Saturday, September 16, 2023

Kenneth Grahame, The Wind in the Willows

 Introduction

Opening Passage: 

The Mole had been working very hard all the morning, spring-cleaning his little home. First with brooms, then with dusters; then on ladders and steps and chairs, with a brush and a pail of whitewash; till he had dust in his throat and eyes, and splashes of whitewash all over his black fur, and an aching back and weary arms. Spring was moving in the air above and in the earth below and around him, penetrating even his dark and lowly little house with its spirit of divine discontent and longing. It was small wonder, then, that he suddenly flung down his brush on the floor, said “Bother!” and “O blow!” and also “Hang spring-cleaning!” and bolted out of the house without even waiting to put on his coat. Something up above was calling him imperiously, and he made for the steep little tunnel which answered in his case to the gravelled carriage-drive owned by animals whose residences are nearer to the sun and air. So he scraped and scratched and scrabbled and scrooged and then he scrooged again and scrabbled and scratched and scraped, working busily with his little paws and muttering to himself, “Up we go! Up we go!” till at last, pop! his snout came out into the sunlight, and he found himself rolling in the warm grass of a great meadow.

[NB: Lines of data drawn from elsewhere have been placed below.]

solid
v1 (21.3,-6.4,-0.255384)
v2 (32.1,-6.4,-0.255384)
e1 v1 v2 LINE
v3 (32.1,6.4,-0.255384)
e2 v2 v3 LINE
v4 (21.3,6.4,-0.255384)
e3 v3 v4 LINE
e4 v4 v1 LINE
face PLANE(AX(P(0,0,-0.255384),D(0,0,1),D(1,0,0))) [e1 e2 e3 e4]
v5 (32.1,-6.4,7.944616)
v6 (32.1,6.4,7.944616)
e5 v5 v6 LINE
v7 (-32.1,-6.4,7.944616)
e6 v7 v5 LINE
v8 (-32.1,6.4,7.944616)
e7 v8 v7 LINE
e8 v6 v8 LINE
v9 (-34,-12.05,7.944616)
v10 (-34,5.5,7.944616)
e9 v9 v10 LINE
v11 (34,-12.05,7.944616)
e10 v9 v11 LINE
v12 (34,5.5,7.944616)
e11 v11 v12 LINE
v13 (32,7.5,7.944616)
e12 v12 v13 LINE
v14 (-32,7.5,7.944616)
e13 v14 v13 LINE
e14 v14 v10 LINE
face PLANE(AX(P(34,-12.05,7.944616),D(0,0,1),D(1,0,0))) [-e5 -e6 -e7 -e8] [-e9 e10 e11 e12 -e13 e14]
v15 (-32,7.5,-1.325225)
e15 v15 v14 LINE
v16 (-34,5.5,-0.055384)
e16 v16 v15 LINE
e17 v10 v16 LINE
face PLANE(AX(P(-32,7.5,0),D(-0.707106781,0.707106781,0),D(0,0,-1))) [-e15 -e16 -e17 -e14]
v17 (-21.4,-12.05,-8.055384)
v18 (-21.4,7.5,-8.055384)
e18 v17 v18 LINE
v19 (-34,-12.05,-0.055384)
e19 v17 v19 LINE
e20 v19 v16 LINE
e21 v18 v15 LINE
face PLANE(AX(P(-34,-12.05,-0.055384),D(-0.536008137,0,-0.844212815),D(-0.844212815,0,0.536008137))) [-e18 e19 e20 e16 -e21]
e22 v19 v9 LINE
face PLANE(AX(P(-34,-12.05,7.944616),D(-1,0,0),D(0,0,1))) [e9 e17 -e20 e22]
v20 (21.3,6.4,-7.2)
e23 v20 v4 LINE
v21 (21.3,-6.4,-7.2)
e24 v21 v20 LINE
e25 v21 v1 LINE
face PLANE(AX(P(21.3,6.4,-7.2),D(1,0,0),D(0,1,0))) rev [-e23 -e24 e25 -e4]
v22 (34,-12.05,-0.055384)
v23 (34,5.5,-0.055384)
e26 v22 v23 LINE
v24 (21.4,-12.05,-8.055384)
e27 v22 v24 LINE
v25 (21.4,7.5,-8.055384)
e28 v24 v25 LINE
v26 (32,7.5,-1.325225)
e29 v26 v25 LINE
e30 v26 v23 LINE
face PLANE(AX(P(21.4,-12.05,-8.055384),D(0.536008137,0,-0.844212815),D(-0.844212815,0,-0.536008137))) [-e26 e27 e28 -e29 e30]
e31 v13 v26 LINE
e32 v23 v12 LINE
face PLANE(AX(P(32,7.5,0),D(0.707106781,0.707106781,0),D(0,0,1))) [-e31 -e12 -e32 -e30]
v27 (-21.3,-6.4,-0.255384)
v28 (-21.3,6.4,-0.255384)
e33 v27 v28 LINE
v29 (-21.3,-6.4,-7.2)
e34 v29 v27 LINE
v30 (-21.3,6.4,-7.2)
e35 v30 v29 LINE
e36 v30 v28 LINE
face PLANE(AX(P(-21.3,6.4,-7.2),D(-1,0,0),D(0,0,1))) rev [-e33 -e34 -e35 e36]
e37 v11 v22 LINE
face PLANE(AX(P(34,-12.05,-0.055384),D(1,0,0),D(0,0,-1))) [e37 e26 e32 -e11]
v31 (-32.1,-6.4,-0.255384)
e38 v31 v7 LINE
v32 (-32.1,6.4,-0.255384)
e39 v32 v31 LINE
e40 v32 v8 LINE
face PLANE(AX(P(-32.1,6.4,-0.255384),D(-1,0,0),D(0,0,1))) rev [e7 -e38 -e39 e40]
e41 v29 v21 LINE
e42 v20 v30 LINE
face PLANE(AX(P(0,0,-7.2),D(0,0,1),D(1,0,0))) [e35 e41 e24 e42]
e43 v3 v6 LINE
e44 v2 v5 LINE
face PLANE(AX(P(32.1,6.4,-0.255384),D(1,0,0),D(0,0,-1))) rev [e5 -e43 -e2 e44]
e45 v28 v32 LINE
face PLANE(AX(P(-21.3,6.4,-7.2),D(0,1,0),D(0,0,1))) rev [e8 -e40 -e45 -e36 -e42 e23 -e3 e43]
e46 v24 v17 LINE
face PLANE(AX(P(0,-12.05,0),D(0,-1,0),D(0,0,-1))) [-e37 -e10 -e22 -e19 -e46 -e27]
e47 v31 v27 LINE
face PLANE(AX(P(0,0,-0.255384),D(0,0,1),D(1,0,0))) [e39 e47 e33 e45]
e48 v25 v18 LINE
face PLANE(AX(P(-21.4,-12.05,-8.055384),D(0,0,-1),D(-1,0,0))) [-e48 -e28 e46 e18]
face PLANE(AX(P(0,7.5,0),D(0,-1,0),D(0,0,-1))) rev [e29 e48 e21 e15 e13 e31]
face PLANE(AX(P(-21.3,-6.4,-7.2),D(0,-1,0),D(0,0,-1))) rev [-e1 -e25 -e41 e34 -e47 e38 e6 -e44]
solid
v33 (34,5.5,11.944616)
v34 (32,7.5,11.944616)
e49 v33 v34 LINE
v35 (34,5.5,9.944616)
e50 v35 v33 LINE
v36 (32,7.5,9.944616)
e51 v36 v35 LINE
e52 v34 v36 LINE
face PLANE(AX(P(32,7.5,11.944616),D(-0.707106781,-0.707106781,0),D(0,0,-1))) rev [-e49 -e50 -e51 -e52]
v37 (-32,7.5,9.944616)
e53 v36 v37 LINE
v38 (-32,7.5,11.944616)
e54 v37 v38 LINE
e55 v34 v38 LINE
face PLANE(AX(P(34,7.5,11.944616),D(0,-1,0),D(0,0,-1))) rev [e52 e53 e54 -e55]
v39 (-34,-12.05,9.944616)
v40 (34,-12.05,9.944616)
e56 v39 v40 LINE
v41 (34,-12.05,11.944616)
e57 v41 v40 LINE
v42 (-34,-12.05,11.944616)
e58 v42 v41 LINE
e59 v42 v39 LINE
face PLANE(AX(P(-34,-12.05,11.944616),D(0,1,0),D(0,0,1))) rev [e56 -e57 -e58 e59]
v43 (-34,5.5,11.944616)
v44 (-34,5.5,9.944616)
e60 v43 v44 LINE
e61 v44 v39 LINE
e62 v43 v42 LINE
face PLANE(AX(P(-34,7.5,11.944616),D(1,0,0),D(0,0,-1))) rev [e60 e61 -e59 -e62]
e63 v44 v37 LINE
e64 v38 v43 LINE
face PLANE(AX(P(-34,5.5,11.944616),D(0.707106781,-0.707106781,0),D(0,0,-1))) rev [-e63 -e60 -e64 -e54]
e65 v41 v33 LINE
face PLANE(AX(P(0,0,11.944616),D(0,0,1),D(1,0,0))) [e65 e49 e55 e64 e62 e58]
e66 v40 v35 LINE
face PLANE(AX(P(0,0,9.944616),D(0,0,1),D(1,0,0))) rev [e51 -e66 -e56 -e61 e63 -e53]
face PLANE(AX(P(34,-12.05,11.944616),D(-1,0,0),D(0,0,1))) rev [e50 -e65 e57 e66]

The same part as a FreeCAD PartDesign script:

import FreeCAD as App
import Part
import Sketcher


def edges_at(feature, points):
    """Names of the edges that pass closest to the given points."""
    edges = feature.Shape.Edges
    near = lambda p: min(range(len(edges)), key=lambda i: edges[i].distToShape(Part.Vertex(*p))[0])
    return sorted({f"Edge{near(p) + 1}" for p in points})

doc = App.newDocument("Part")
body = doc.addObject("PartDesign::Body", "Body")

# Sketch on XZ plane
sketch1 = body.newObject("Sketcher::SketchObject", "Sketch")
sketch1.AttachmentSupport = (doc.getObject("XZ_Plane"), [""])
sketch1.MapMode = "FlatFace"
sketch1.addGeometry(Part.LineSegment(App.Vector(-21.4, -8.055384, 0), App.Vector(-34, -0.055384, 0)), False)
sketch1.addGeometry(Part.LineSegment(App.Vector(-34, -0.055384, 0), App.Vector(-34, 7.944616, 0)), False)
sketch1.addGeometry(Part.LineSegment(App.Vector(-34, 7.944616, 0), App.Vector(34, 7.944616, 0)), False)
sketch1.addGeometry(Part.LineSegment(App.Vector(34, 7.944616, 0), App.Vector(34, -0.055384, 0)), False)
sketch1.addGeometry(Part.LineSegment(App.Vector(34, -0.055384, 0), App.Vector(21.4, -8.055384, 0)), False)
sketch1.addGeometry(Part.LineSegment(App.Vector(21.4, -8.055384, 0), App.Vector(-21.4, -8.055384, 0)), False)
sketch1.addConstraint(Sketcher.Constraint("Coincident", 0, 2, 1, 1))
sketch1.addConstraint(Sketcher.Constraint("Coincident", 1, 2, 2, 1))
sketch1.addConstraint(Sketcher.Constraint("Coincident", 2, 2, 3, 1))
sketch1.addConstraint(Sketcher.Constraint("Coincident", 3, 2, 4, 1))
sketch1.addConstraint(Sketcher.Constraint("Coincident", 4, 2, 5, 1))
sketch1.addConstraint(Sketcher.Constraint("Coincident", 5, 2, 0, 1))
sketch1.addConstraint(Sketcher.Constraint("Vertical", 1))
sketch1.addConstraint(Sketcher.Constraint("Horizontal", 2))
sketch1.addConstraint(Sketcher.Constraint("Vertical", 3))
sketch1.addConstraint(Sketcher.Constraint("Horizontal", 5))
sketch1.addConstraint(Sketcher.Constraint("Symmetric", 0, 2, 3, 2, -2))
sketch1.addConstraint(Sketcher.Constraint("Equal", 0, 4))
sketch1.addConstraint(Sketcher.Constraint("DistanceX", 2, 1, 2, 2, 68.0))
sketch1.addConstraint(Sketcher.Constraint("DistanceY", 1, 1, 1, 2, 8.0))
sketch1.addConstraint(Sketcher.Constraint("DistanceX", 5, 2, 5, 1, 42.8))
sketch1.addConstraint(Sketcher.Constraint("DistanceY", 4, 2, 3, 2, 8.0))
sketch1.addConstraint(Sketcher.Constraint("DistanceY", 0, 2, -1, 1, 0.055384))
pad1 = body.newObject("PartDesign::Pad", "Pad")
pad1.Profile = sketch1
pad1.Type = "TwoLengths"
pad1.Length = 7.5
pad1.Length2 = 12.05
pad1.Reversed = True

# Sketch on XY plane
sketch2 = body.newObject("Sketcher::SketchObject", "Sketch001")
sketch2.AttachmentSupport = (doc.getObject("XY_Plane"), [""])
sketch2.MapMode = "FlatFace"
sketch2.addGeometry(Part.LineSegment(App.Vector(-21.3, 6.4, 0), App.Vector(-21.3, -6.4, 0)), False)
sketch2.addGeometry(Part.LineSegment(App.Vector(-21.3, -6.4, 0), App.Vector(21.3, -6.4, 0)), False)
sketch2.addGeometry(Part.LineSegment(App.Vector(21.3, -6.4, 0), App.Vector(21.3, 6.4, 0)), False)
sketch2.addGeometry(Part.LineSegment(App.Vector(21.3, 6.4, 0), App.Vector(-21.3, 6.4, 0)), False)
sketch2.addConstraint(Sketcher.Constraint("Coincident", 0, 2, 1, 1))
sketch2.addConstraint(Sketcher.Constraint("Coincident", 1, 2, 2, 1))
sketch2.addConstraint(Sketcher.Constraint("Coincident", 2, 2, 3, 1))
sketch2.addConstraint(Sketcher.Constraint("Coincident", 3, 2, 0, 1))
sketch2.addConstraint(Sketcher.Constraint("Vertical", 0))
sketch2.addConstraint(Sketcher.Constraint("Horizontal", 1))
sketch2.addConstraint(Sketcher.Constraint("Vertical", 2))
sketch2.addConstraint(Sketcher.Constraint("Horizontal", 3))
sketch2.addConstraint(Sketcher.Constraint("Symmetric", 0, 2, 2, 2, -1, 1))
sketch2.addConstraint(Sketcher.Constraint("DistanceX", 1, 1, 1, 2, 42.6))
sketch2.addConstraint(Sketcher.Constraint("DistanceY", 0, 2, 0, 1, 12.8))
pocket1 = body.newObject("PartDesign::Pocket", "Pocket")
pocket1.Profile = sketch2
pocket1.Length = 7.2

# Sketch on XY plane
sketch3 = body.newObject("Sketcher::SketchObject", "Sketch002")
sketch3.AttachmentSupport = (doc.getObject("XY_Plane"), [""])
sketch3.MapMode = "FlatFace"
sketch3.addGeometry(Part.LineSegment(App.Vector(-21.3, 6.4, 0), App.Vector(-21.3, -6.4, 0)), False)
sketch3.addGeometry(Part.LineSegment(App.Vector(-21.3, -6.4, 0), App.Vector(21.3, -6.4, 0)), False)
sketch3.addGeometry(Part.LineSegment(App.Vector(21.3, -6.4, 0), App.Vector(21.3, 6.4, 0)), False)
sketch3.addGeometry(Part.LineSegment(App.Vector(21.3, 6.4, 0), App.Vector(-21.3, 6.4, 0)), False)
sketch3.addConstraint(Sketcher.Constraint("Coincident", 0, 2, 1, 1))
sketch3.addConstraint(Sketcher.Constraint("Coincident", 1, 2, 2, 1))
sketch3.addConstraint(Sketcher.Constraint("Coincident", 2, 2, 3, 1))
sketch3.addConstraint(Sketcher.Constraint("Coincident", 3, 2, 0, 1))
sketch3.addConstraint(Sketcher.Constraint("Vertical", 0))
sketch3.addConstraint(Sketcher.Constraint("Horizontal", 1))
sketch3.addConstraint(Sketcher.Constraint("Vertical", 2))
sketch3.addConstraint(Sketcher.Constraint("Horizontal", 3))
sketch3.addConstraint(Sketcher.Constraint("Symmetric", 0, 2, 2, 2, -1, 1))
sketch3.addConstraint(Sketcher.Constraint("DistanceX", 1, 1, 1, 2, 42.6))
sketch3.addConstraint(Sketcher.Constraint("DistanceY", 0, 2, 0, 1, 12.8))
pocket2 = body.newObject("PartDesign::Pocket", "Pocket001")
pocket2.Profile = sketch3
pocket2.Type = "ThroughAll"
pocket2.Reversed = True

# Sketch on XY plane
sketch4 = body.newObject("Sketcher::SketchObject", "Sketch003")
sketch4.AttachmentSupport = (doc.getObject("XY_Plane"), [""])
sketch4.MapMode = "FlatFace"
sketch4.AttachmentOffset = App.Placement(App.Vector(0, 0, 7.944616), App.Rotation())
sketch4.addGeometry(Part.LineSegment(App.Vector(-32.1, 6.4, 0), App.Vector(-32.1, -6.4, 0)), False)
sketch4.addGeometry(Part.LineSegment(App.Vector(-32.1, -6.4, 0), App.Vector(32.1, -6.4, 0)), False)
sketch4.addGeometry(Part.LineSegment(App.Vector(32.1, -6.4, 0), App.Vector(32.1, 6.4, 0)), False)
sketch4.addGeometry(Part.LineSegment(App.Vector(32.1, 6.4, 0), App.Vector(-32.1, 6.4, 0)), False)
sketch4.addConstraint(Sketcher.Constraint("Coincident", 0, 2, 1, 1))
sketch4.addConstraint(Sketcher.Constraint("Coincident", 1, 2, 2, 1))
sketch4.addConstraint(Sketcher.Constraint("Coincident", 2, 2, 3, 1))
sketch4.addConstraint(Sketcher.Constraint("Coincident", 3, 2, 0, 1))
sketch4.addConstraint(Sketcher.Constraint("Vertical", 0))
sketch4.addConstraint(Sketcher.Constraint("Horizontal", 1))
sketch4.addConstraint(Sketcher.Constraint("Vertical", 2))
sketch4.addConstraint(Sketcher.Constraint("Horizontal", 3))
sketch4.addConstraint(Sketcher.Constraint("Symmetric", 0, 2, 2, 2, -1, 1))
sketch4.addConstraint(Sketcher.Constraint("DistanceX", 1, 1, 1, 2, 64.2))
sketch4.addConstraint(Sketcher.Constraint("DistanceY", 0, 2, 0, 1, 12.8))
pocket3 = body.newObject("PartDesign::Pocket", "Pocket002")
pocket3.Profile = sketch4
pocket3.Length = 8.2
doc.recompute()

chamfer = body.newObject("PartDesign::Chamfer", "Chamfer")
chamfer.Base = (pocket3, edges_at(pocket3, [(-34, 7.5, 3.945), (34, 7.5, 3.945)]))
chamfer.Size = 2
body2 = doc.addObject("PartDesign::Body", "Body001")

# Sketch on XY plane
sketch5 = body2.newObject("Sketcher::SketchObject", "Sketch004")
sketch5.AttachmentSupport = (doc.getObject("XY_Plane001"), [""])
sketch5.MapMode = "FlatFace"
sketch5.AttachmentOffset = App.Placement(App.Vector(0, 0, 9.944616), App.Rotation())
sketch5.addGeometry(Part.LineSegment(App.Vector(-34, 7.5, 0), App.Vector(-34, -12.05, 0)), False)
sketch5.addGeometry(Part.LineSegment(App.Vector(-34, -12.05, 0), App.Vector(34, -12.05, 0)), False)
sketch5.addGeometry(Part.LineSegment(App.Vector(34, -12.05, 0), App.Vector(34, 7.5, 0)), False)
sketch5.addGeometry(Part.LineSegment(App.Vector(34, 7.5, 0), App.Vector(-34, 7.5, 0)), False)
sketch5.addConstraint(Sketcher.Constraint("Coincident", 0, 2, 1, 1))
sketch5.addConstraint(Sketcher.Constraint("Coincident", 1, 2, 2, 1))
sketch5.addConstraint(Sketcher.Constraint("Coincident", 2, 2, 3, 1))
sketch5.addConstraint(Sketcher.Constraint("Coincident", 3, 2, 0, 1))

Summary: The Mole gives up spring cleaning to enjoy the spring, and by good fortune meets the friendly and sensible Water Rat, with whom he quickly becomes good friends. Rat teaches him how to boat on the river and introduces him to other animals. One of these other animals is Toad of Toad Hall, a wealthy, irresponsible, bombastic, conceited, very affable fellow. Toad turns out to have a fatal weakness: he becomes addicted to recklessly driving motor-cars. While this problem is developing, Rat introduces Mole to the Badger, who lives in the Wild Wood. (Narnian Talking Animals are of coruse modeled on the animals in The Wind in the Willows, and Badger is the most obvious point of similar, because he would fitly comfortably in either world.) As Toad's obsession with motor-cars gets him into increasing trouble, Mole, Rat, and Badger hold an intervention for him, to prevent him from reaching the apparently inevitable end of either death or ruin. The intervention fails completely, however; Toad takes a final joyride in another person's car and is caught, with the result that he is brought before the Magistrates, who take a dim view of his entire action. Poor Toad is thrown in jail. He eventually escapes in disguise and makes a fugitive flight across the country in order to get home, where money and being well liked will provide some protection. When he gets back, he finds that Toad Hall has been taken over, and will need the help of Mole, Rat, and Badger to get it back. In the meantime, Mole and Rat meet the great god Pan, and Rat, with Mole's help, has to fight off the temptation to become a seafarer.

Much of the story can be seen as exploring the struggle between the restlessness and thirst for adventure we often feel in mundane and domestic matters and the homeliness of home. Mole gives in to the restlessness and it becomes in some ways the best thing he ever did, because it results in his having excellent friends. Toad only ever gives in to the restlessness and it lands him in prison. Rat has to fight off the restlessness because it is really contrary to who he is. I think Chapter VII, "The Piper at the Gates of Dawn", where Mole and Rat meet Pan, shows both of the two impulses tangled together. Pan's piping is the music of the wind in the reeds and the rushes; it calls forth to adventure, but paradoxically, coming to Pan is also like coming home to animals, a paradox that is neatly captured by perhaps the most famous passage in the chapter:

“Rat!” he found breath to whisper, shaking. “Are you afraid?” 

 “Afraid?” murmured the Rat, his eyes shining with unutterable love. “Afraid! Of Him? O, never, never! And yet—and yet—O, Mole, I am afraid!” 

 Then the two animals, crouching to the earth, bowed their heads and did worship.

But there is another reconciliation of adventure and home that we find throughout the book: friendship. Friends are an adventure in which we are at home, and a home which is full of adventures. Whether it is Mole and Rat drifting down the river and then having a picnic, or the two enjoying Badger's excellent hospitality, or the three looking out for Toad as he returns home from his flight, having friends is one of the ways to satisfy both the restless thirst for adventure and the deep need for being at home.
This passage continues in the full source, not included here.